Market Moves

Gold and oil markets closed higher, while stocks surged to yet another unprecedented close. The Volatility Index (VIX) maintained its subtly divergent action, suggesting to chart watchers everywhere that some well-informed traders may be worried about pending price drops. 

The chart below shows how this peculiar anomaly in VIX prices has continued. (Note that this was first mentioned in yesterday's edition of Chart Advisor.) This chart was captured 20 minutes before the market closed and shows the subtle yet easily discernible disparity between the VIX and State Street's S&P 500-tracking index (SPY). In the closing minutes of today's session, the VIX fell, but not enough to fully reconcile the divergence.

It is interesting to note the timing of this anomalous divergence. This is strong evidence that the market simply does not care about the presidential impeachment proceedings. As the news broke last night that this event had occurred, something that was uncertain was now certain. Typically, such a dynamic creates a reduction of risk pricing. But since this has not occurred, it seems that traders were not worried about it. 
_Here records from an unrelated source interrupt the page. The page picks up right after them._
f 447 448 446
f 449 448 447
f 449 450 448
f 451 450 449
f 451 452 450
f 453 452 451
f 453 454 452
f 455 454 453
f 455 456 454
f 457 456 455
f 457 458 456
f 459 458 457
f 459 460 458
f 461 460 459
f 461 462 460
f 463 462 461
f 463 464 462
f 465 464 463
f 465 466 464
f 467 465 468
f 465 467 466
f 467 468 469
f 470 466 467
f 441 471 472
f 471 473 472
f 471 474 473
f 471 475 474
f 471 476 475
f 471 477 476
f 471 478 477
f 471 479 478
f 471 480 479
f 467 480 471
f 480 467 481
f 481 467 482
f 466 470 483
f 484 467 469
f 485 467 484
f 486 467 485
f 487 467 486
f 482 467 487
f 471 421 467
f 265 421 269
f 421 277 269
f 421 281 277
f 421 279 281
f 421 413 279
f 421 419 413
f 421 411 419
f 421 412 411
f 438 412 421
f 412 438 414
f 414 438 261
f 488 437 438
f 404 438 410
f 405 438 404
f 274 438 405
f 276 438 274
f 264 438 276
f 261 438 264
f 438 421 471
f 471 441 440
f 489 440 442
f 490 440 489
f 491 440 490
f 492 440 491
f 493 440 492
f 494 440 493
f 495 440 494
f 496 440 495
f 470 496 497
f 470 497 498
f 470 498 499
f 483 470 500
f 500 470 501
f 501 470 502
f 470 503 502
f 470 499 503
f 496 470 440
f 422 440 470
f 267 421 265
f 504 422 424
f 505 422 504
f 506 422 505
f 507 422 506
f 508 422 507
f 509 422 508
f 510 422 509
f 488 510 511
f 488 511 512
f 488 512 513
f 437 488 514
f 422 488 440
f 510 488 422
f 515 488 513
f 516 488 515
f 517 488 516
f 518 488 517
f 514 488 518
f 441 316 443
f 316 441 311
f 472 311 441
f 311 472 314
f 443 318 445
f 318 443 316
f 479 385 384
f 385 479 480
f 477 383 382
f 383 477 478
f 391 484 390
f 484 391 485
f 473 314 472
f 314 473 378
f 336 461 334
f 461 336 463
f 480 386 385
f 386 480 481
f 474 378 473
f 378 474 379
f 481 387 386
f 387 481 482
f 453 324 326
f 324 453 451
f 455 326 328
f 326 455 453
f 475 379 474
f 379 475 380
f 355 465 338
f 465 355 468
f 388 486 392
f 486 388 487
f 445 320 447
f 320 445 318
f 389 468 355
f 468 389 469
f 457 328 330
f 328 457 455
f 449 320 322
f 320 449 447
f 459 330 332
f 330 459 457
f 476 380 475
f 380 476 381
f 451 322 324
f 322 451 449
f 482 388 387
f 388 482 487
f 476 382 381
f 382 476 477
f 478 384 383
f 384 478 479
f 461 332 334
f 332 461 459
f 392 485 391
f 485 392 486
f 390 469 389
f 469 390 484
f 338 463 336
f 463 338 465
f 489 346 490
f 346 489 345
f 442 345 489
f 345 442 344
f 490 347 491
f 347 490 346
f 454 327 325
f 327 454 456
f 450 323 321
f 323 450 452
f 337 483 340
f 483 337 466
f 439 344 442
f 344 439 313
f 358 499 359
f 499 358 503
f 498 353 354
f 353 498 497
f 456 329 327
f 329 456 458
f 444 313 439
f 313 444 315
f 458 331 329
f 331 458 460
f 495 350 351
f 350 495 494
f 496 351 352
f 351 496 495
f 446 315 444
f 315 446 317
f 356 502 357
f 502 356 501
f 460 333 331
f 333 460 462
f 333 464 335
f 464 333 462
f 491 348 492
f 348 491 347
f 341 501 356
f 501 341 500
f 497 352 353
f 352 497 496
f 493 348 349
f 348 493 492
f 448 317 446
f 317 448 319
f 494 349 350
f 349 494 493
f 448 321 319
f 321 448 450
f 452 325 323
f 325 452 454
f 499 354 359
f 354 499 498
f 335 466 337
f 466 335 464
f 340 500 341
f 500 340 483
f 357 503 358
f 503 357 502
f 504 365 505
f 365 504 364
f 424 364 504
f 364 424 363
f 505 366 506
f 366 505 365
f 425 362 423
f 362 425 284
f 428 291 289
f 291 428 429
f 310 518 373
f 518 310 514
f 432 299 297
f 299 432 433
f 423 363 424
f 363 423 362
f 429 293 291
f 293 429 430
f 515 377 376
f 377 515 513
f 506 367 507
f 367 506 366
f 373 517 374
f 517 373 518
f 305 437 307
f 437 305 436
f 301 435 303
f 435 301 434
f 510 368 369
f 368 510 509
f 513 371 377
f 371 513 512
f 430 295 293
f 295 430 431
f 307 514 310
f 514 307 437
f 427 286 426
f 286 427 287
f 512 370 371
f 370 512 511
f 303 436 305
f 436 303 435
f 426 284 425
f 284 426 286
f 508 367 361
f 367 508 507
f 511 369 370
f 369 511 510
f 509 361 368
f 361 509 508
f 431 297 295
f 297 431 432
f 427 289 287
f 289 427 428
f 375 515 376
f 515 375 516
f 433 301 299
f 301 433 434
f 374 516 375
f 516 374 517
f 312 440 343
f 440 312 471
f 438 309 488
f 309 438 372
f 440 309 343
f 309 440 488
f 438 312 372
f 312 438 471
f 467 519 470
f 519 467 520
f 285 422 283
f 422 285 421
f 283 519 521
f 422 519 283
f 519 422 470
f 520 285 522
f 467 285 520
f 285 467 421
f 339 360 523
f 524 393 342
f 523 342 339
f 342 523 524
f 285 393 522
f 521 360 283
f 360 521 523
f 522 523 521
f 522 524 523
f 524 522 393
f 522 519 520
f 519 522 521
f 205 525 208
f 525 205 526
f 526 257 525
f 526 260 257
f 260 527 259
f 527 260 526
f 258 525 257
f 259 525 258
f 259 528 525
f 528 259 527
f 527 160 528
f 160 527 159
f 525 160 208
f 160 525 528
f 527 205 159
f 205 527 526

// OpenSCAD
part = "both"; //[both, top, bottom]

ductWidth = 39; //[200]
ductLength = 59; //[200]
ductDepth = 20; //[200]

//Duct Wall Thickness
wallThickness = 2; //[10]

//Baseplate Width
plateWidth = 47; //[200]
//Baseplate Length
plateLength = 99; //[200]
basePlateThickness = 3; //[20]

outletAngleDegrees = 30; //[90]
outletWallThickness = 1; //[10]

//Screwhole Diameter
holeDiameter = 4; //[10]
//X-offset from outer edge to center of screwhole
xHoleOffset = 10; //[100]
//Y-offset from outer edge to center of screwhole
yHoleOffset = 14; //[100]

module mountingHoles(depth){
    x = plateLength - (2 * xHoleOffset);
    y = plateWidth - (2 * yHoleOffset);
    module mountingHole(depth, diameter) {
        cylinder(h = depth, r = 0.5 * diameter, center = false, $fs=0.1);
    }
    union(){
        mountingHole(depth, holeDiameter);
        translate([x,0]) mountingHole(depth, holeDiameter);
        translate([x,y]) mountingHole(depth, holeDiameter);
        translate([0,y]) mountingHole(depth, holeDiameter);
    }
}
On the other hand, it may be that traders merely see different risks down the road, or that they are far more focused on trade talks than on impeachment. In either case, impeachment has not shaken the markets. Historically speaking, this seems like a rather surprising footnote.

Chart showing the performance of the volatility index (VIX) and the S&P 500

Pharmaceutical Companies Show Strong Performance

With markets surging higher even as the price of put options remains higher than usual (as evidenced by the slightly elevated VIX pricing), long-time market watchers might jest that investors are high on drugs. The reality is that they might just be – in a manner of speaking.

The chart below shows how State Street's SPDR S&P Pharmaceuticals ETF (XPH) has turned in an eye-popping 22% return since October. For comparison purposes the chart also shows several stocks within the index, including Amgen, Inc. (AMGN), GlaxoSmithKline plc (GSK), AstroZeneca plc (AZN), Merck & Co., Inc. (MRK), Pfizer Inc. (PFE), and also Eli Lilly and Company (LLY), which recently reported surprisingly positive earnings.

There is no mystery in the idea that these stocks have been moving higher on good news. The more interesting component afoot here is that they have been occurring with such intensity in coincidence with the move in small-cap stocks. Pharmaceutical stocks are well known as high-risk, high-reward investments. It seems unusual that investors are seeking higher-opportunity investments when stocks have extended an already lengthy bull market.  

Chart showing the performance of pharmaceutical companies

Small- and Micro-Cap Stocks Maintain Their Lead

Not only small-cap stocks, but also micro-cap stocks have led other classes of stocks over the past two months or so. The chart below compares the iShares Russell Microcap index fund (IWC) and Russell 2000 Small Cap index fund (IWM) to Invesco's Nasdaq 100 fund (QQQ), State Street's S&P 500 fund (SPY), S&P 500 Growth fund (SPYG), and the SPDR Dow Jones Industrial Average fund (DIA). It appears that investors may be anticipating the arrival of something called the January effect. Such early investing may nullify later gains, creating a lackluster January.

Chart showing the performance of major stock indexes

The Bottom Line

Stocks moved to historic highs, led by small-cap, micro-cap, and tech stocks. The Volatility Index continued to hang on to a bit of its extra risk pricing. Pharmaceutical stocks have been showing strong performance, suggesting that investors are eager to find opportunity despite worries and risks.